Exercise:
From the line containing "f 172 168 205" to the last line of the records, reproduce every line exactly and print nothing else.

Data section:
=-=-=
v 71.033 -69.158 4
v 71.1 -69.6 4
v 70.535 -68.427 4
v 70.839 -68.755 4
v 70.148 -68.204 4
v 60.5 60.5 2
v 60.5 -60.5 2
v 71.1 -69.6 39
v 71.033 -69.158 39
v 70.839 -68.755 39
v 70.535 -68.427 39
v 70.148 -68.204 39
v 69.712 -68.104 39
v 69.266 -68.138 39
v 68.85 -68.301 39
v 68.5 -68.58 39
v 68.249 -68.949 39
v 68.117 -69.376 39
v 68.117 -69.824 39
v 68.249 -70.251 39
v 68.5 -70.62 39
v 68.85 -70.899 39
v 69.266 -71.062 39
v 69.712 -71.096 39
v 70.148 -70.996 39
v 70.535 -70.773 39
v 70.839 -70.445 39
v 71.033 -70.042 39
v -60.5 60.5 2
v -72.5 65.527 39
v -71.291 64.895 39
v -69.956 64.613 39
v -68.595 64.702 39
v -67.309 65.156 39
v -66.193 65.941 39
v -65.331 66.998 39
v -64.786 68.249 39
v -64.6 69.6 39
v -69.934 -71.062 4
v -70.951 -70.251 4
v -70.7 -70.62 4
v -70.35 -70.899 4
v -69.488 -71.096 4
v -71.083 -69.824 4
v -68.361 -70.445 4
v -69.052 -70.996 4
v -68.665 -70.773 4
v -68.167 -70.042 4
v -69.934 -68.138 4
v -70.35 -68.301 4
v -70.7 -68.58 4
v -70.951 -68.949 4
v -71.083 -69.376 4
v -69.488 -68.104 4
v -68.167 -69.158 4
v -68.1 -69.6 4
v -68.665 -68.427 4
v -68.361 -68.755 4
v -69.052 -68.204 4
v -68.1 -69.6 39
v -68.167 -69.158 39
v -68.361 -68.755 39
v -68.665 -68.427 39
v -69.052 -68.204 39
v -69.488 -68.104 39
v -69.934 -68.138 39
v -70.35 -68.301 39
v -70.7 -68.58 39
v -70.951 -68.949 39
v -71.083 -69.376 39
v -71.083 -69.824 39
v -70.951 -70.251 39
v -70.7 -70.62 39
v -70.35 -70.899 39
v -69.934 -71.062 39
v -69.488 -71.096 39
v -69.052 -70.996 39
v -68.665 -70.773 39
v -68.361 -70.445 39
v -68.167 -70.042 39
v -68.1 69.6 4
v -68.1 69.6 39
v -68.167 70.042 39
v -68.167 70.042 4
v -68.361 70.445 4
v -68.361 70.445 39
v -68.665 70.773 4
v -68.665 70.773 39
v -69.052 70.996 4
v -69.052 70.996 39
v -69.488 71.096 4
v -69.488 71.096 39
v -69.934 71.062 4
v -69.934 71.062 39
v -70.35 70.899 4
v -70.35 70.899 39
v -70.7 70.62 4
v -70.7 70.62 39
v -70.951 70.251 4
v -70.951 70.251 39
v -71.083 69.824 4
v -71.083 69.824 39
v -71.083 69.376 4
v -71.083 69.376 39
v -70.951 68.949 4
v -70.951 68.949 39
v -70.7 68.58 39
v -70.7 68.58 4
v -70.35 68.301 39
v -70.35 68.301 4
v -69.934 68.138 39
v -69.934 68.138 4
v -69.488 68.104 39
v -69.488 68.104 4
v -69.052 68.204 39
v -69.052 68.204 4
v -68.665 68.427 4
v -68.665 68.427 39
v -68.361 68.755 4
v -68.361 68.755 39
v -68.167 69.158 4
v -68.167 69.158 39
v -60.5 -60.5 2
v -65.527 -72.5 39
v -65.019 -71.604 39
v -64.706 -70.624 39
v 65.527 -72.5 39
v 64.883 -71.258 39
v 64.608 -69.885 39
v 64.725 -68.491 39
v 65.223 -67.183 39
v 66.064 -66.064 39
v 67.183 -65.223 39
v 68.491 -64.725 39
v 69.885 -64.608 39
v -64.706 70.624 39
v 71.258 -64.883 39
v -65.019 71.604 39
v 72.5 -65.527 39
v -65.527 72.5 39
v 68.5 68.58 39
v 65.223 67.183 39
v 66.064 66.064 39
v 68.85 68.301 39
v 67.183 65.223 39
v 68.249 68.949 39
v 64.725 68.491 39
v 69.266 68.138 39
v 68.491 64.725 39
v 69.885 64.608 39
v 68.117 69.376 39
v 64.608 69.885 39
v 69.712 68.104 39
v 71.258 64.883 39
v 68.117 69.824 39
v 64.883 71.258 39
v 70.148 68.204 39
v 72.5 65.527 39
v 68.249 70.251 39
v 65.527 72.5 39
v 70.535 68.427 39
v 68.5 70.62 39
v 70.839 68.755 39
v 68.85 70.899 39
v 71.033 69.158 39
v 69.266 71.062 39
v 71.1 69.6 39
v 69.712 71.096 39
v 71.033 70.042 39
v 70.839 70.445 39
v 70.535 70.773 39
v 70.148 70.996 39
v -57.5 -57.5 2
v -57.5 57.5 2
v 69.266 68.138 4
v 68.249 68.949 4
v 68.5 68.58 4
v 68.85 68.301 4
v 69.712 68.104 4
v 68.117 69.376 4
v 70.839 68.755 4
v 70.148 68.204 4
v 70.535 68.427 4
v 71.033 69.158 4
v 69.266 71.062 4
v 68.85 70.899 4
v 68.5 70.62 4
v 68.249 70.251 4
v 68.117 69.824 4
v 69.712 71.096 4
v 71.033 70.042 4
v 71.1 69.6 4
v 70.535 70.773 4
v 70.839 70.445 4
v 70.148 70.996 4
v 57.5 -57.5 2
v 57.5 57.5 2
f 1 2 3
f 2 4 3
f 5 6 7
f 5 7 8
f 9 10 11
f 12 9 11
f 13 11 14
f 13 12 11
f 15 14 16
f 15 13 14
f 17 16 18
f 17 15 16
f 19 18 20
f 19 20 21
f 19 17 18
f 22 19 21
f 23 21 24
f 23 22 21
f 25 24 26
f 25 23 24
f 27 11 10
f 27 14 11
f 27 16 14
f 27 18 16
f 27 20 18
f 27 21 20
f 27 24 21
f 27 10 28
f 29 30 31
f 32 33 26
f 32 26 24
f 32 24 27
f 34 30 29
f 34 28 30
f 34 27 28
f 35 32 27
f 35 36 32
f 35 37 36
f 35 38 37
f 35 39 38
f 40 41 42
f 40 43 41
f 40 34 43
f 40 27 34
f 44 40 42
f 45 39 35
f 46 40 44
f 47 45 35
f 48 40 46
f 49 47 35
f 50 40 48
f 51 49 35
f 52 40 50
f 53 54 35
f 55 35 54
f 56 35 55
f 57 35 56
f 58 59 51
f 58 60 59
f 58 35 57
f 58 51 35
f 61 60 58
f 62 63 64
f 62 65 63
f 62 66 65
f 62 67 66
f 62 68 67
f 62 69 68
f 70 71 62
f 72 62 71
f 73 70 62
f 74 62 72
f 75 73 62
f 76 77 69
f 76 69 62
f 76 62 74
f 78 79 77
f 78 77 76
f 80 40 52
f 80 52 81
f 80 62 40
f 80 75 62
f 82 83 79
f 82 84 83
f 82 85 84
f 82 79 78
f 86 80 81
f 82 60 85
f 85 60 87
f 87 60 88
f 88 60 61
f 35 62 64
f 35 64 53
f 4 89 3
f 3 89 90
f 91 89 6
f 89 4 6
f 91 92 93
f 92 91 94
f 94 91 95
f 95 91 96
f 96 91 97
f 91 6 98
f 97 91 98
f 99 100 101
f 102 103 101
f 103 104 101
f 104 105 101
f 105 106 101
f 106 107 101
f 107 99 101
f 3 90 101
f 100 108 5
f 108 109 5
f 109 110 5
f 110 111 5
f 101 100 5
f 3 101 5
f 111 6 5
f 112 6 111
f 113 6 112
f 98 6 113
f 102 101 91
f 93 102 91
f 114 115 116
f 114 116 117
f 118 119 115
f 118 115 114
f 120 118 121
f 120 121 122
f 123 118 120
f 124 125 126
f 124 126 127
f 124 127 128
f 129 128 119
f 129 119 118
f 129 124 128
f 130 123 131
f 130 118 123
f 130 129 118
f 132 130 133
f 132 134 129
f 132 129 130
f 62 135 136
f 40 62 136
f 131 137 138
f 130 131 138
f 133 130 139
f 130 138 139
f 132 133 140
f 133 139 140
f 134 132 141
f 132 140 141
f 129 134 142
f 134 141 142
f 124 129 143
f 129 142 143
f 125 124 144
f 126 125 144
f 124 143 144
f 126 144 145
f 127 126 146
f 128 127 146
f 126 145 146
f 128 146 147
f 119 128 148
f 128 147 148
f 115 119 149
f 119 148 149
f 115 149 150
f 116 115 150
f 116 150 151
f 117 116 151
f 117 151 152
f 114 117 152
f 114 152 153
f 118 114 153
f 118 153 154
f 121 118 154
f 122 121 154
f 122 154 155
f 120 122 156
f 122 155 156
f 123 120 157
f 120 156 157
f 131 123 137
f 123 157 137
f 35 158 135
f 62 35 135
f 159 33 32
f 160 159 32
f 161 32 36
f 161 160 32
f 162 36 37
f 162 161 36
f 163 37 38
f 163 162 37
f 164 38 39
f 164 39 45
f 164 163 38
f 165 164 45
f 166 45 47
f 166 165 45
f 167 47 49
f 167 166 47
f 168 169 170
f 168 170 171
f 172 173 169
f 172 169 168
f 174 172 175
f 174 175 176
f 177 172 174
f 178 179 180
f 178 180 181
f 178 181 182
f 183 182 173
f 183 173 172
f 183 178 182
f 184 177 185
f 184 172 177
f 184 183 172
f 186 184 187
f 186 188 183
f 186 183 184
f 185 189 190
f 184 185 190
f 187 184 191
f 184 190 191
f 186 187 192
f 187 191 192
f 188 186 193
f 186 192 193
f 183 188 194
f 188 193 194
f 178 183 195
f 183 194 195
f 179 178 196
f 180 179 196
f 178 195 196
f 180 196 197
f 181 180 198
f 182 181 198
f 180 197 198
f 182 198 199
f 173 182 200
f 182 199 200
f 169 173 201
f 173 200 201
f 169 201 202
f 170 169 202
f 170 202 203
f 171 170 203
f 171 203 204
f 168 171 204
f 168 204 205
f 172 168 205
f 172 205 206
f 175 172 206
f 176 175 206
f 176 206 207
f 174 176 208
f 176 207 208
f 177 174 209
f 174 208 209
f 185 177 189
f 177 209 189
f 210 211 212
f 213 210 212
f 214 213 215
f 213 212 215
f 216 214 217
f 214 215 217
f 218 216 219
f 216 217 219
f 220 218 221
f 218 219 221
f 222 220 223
=-=-=
Solution to the problem:
f 172 168 205
f 172 205 206
f 175 172 206
f 176 175 206
f 176 206 207
f 174 176 208
f 176 207 208
f 177 174 209
f 174 208 209
f 185 177 189
f 177 209 189
f 210 211 212
f 213 210 212
f 214 213 215
f 213 212 215
f 216 214 217
f 214 215 217
f 218 216 219
f 216 217 219
f 220 218 221
f 218 219 221
f 222 220 223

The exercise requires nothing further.